*** Data excerpts Section Begins ***
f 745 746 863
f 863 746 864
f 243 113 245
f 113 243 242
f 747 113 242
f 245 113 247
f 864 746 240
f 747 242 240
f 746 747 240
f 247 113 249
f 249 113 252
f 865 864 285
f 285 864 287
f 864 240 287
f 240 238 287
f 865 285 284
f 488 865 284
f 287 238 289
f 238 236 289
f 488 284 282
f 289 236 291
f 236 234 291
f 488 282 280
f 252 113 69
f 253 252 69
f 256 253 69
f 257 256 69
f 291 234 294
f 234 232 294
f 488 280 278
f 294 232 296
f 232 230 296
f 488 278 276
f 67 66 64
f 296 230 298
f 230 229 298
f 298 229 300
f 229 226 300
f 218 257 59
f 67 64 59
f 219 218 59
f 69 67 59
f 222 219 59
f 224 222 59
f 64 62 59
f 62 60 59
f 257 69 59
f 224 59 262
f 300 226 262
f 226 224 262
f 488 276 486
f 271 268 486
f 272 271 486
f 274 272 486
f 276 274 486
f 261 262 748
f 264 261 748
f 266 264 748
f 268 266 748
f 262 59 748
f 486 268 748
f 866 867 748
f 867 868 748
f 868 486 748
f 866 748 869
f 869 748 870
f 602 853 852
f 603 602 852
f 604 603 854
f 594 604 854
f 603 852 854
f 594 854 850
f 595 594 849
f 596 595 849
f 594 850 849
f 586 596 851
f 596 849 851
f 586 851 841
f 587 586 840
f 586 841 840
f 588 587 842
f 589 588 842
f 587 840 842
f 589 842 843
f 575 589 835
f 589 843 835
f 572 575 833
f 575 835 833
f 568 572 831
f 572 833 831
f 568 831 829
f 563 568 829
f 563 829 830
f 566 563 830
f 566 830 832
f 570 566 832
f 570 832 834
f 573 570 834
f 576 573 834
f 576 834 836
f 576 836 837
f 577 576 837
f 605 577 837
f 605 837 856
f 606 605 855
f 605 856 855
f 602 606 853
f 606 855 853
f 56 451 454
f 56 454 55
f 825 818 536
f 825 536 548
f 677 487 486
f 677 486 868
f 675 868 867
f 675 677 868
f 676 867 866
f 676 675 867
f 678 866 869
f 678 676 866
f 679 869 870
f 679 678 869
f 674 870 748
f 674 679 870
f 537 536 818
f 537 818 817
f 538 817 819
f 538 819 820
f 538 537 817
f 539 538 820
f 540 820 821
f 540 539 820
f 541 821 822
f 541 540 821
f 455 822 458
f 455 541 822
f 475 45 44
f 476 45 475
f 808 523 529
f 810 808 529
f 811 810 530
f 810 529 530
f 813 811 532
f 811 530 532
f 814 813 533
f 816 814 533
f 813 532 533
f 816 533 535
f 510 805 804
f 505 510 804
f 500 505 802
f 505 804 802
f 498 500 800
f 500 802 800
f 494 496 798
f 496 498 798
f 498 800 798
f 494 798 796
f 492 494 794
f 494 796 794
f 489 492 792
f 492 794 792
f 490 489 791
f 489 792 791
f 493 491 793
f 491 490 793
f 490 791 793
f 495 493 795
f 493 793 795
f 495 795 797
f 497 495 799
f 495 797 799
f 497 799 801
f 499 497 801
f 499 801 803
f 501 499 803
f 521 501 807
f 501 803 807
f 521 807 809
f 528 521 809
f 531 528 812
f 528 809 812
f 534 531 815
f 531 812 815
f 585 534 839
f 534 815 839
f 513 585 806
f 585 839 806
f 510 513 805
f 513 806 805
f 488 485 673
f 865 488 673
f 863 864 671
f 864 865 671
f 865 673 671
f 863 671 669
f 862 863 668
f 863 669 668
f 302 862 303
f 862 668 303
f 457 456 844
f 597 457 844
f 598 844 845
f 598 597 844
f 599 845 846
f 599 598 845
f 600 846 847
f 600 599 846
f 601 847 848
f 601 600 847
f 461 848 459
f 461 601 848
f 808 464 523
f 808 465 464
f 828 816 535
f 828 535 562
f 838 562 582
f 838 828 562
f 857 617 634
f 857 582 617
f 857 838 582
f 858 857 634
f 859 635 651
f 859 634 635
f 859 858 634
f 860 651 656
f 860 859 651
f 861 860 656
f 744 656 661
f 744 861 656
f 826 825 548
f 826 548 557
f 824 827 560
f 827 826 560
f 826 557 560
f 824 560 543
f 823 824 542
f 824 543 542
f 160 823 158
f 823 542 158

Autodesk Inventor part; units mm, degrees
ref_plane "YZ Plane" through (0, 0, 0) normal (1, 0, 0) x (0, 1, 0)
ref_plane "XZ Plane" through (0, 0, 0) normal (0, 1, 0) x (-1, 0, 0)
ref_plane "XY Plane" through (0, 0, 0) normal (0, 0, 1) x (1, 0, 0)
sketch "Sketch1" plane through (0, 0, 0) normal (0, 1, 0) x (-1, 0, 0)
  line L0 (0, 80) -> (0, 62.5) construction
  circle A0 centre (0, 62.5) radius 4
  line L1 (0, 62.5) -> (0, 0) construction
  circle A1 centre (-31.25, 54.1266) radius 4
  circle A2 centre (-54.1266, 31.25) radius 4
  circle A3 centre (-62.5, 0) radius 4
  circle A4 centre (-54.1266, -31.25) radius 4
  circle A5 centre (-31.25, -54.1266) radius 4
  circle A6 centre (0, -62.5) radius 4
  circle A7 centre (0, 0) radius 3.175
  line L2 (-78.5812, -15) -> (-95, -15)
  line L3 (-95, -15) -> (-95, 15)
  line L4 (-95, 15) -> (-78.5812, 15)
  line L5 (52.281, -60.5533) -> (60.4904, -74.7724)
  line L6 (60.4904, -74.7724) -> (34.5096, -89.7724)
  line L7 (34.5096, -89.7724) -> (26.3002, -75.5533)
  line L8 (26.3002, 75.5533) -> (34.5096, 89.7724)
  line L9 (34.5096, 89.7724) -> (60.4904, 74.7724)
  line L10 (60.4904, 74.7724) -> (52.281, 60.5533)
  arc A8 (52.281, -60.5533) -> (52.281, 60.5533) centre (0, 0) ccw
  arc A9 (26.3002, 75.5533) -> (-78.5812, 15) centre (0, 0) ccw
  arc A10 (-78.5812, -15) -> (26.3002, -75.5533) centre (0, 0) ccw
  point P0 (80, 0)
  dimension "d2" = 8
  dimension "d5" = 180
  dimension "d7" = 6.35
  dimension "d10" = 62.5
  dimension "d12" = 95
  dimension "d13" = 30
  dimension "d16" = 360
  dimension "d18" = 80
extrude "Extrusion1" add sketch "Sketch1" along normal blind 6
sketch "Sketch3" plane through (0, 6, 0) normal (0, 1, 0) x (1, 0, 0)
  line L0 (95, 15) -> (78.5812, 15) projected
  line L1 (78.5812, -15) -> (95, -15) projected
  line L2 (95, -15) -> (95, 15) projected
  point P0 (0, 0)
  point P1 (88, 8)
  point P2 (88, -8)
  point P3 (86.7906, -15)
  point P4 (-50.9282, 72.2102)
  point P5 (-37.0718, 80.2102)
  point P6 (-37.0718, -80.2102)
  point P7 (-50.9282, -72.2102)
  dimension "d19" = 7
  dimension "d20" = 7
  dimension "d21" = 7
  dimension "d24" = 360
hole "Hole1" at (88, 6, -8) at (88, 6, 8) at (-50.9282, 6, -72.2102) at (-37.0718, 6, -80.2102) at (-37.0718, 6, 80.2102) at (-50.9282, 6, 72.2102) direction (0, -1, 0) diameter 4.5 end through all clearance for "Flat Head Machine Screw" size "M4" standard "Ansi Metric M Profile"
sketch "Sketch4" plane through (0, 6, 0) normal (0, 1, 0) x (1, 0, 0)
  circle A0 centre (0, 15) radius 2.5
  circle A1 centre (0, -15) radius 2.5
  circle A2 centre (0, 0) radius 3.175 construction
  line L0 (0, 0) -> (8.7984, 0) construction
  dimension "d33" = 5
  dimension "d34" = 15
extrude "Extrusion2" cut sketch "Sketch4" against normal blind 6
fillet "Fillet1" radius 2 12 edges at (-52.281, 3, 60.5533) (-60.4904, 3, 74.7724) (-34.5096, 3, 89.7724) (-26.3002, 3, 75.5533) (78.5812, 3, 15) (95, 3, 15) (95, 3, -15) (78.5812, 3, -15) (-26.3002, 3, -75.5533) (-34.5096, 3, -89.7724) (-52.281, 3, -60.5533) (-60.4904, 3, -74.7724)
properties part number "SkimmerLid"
*** Data excerpts Section Ends ***
## [Assignment]
In the listing above, find the line with "f 271 268 486" and the line with "f 498 500 800". Output those two lines and every line between them, exactly as written.

## [Solution]
f 271 268 486
f 272 271 486
f 274 272 486
f 276 274 486
f 261 262 748
f 264 261 748
f 266 264 748
f 268 266 748
f 262 59 748
f 486 268 748
f 866 867 748
f 867 868 748
f 868 486 748
f 866 748 869
f 869 748 870
f 602 853 852
f 603 602 852
f 604 603 854
f 594 604 854
f 603 852 854
f 594 854 850
f 595 594 849
f 596 595 849
f 594 850 849
f 586 596 851
f 596 849 851
f 586 851 841
f 587 586 840
f 586 841 840
f 588 587 842
f 589 588 842
f 587 840 842
f 589 842 843
f 575 589 835
f 589 843 835
f 572 575 833
f 575 835 833
f 568 572 831
f 572 833 831
f 568 831 829
f 563 568 829
f 563 829 830
f 566 563 830
f 566 830 832
f 570 566 832
f 570 832 834
f 573 570 834
f 576 573 834
f 576 834 836
f 576 836 837
f 577 576 837
f 605 577 837
f 605 837 856
f 606 605 855
f 605 856 855
f 602 606 853
f 606 855 853
f 56 451 454
f 56 454 55
f 825 818 536
f 825 536 548
f 677 487 486
f 677 486 868
f 675 868 867
f 675 677 868
f 676 867 866
f 676 675 867
f 678 866 869
f 678 676 866
f 679 869 870
f 679 678 869
f 674 870 748
f 674 679 870
f 537 536 818
f 537 818 817
f 538 817 819
f 538 819 820
f 538 537 817
f 539 538 820
f 540 820 821
f 540 539 820
f 541 821 822
f 541 540 821
f 455 822 458
f 455 541 822
f 475 45 44
f 476 45 475
f 808 523 529
f 810 808 529
f 811 810 530
f 810 529 530
f 813 811 532
f 811 530 532
f 814 813 533
f 816 814 533
f 813 532 533
f 816 533 535
f 510 805 804
f 505 510 804
f 500 505 802
f 505 804 802
f 498 500 800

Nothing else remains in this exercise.